Extracted material
........
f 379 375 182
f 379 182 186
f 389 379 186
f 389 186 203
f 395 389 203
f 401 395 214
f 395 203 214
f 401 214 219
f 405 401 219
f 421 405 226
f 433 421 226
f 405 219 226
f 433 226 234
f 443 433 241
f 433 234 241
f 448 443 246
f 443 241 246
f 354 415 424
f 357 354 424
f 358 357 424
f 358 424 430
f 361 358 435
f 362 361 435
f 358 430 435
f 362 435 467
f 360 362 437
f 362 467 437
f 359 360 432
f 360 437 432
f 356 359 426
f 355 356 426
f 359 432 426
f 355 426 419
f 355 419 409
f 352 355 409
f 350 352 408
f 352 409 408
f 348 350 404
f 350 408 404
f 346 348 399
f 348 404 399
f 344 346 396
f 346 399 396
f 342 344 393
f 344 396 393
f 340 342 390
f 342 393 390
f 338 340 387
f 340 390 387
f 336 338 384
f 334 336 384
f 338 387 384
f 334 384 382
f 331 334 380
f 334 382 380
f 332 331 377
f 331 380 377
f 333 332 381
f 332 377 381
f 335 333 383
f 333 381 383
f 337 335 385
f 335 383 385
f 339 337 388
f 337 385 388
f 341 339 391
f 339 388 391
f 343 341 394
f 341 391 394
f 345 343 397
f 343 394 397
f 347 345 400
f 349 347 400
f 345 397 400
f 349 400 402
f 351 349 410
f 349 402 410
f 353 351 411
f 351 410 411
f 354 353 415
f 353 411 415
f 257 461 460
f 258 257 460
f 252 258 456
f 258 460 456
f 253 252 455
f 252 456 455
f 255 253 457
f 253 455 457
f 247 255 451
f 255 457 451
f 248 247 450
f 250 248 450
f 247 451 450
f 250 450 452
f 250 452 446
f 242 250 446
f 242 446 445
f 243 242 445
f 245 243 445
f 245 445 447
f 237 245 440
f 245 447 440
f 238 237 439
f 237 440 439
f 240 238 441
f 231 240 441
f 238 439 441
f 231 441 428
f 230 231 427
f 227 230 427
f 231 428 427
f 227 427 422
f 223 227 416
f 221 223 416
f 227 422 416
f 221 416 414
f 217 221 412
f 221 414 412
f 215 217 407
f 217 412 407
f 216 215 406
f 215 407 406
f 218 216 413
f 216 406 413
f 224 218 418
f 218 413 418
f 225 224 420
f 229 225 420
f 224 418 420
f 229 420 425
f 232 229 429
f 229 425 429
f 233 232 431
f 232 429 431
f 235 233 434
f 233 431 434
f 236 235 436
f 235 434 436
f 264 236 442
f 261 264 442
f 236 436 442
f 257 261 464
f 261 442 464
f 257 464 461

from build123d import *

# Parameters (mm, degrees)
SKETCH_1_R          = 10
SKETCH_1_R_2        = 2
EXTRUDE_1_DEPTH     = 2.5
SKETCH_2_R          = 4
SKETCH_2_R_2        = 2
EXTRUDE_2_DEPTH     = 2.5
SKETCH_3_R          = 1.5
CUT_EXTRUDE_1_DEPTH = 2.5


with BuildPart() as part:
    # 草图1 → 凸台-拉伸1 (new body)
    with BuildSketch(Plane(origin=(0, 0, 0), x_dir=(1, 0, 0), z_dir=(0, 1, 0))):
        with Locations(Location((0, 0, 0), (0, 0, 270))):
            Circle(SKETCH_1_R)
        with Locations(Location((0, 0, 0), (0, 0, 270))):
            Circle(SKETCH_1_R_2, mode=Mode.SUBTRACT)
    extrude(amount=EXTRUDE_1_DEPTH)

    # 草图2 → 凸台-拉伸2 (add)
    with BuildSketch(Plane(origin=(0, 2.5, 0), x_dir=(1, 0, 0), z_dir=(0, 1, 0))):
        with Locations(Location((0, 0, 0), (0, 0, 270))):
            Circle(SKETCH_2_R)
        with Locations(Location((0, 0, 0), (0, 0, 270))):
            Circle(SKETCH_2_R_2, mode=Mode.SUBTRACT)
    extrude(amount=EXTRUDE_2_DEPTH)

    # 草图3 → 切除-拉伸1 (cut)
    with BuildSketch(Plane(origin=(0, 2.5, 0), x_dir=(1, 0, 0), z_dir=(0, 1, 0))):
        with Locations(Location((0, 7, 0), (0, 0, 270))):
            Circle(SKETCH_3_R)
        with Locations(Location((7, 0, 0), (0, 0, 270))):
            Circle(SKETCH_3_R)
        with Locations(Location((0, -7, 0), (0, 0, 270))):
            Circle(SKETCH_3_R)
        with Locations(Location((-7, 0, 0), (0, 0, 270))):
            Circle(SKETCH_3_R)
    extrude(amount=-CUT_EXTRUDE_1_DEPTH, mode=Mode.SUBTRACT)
........
Assignment
Using the entries above, return exactly the lines from the line with "f 395 389 203" to the line with "f 352 355 409", counting both of those lines.

Problem solution
f 395 389 203
f 401 395 214
f 395 203 214
f 401 214 219
f 405 401 219
f 421 405 226
f 433 421 226
f 405 219 226
f 433 226 234
f 443 433 241
f 433 234 241
f 448 443 246
f 443 241 246
f 354 415 424
f 357 354 424
f 358 357 424
f 358 424 430
f 361 358 435
f 362 361 435
f 358 430 435
f 362 435 467
f 360 362 437
f 362 467 437
f 359 360 432
f 360 437 432
f 356 359 426
f 355 356 426
f 359 432 426
f 355 426 419
f 355 419 409
f 352 355 409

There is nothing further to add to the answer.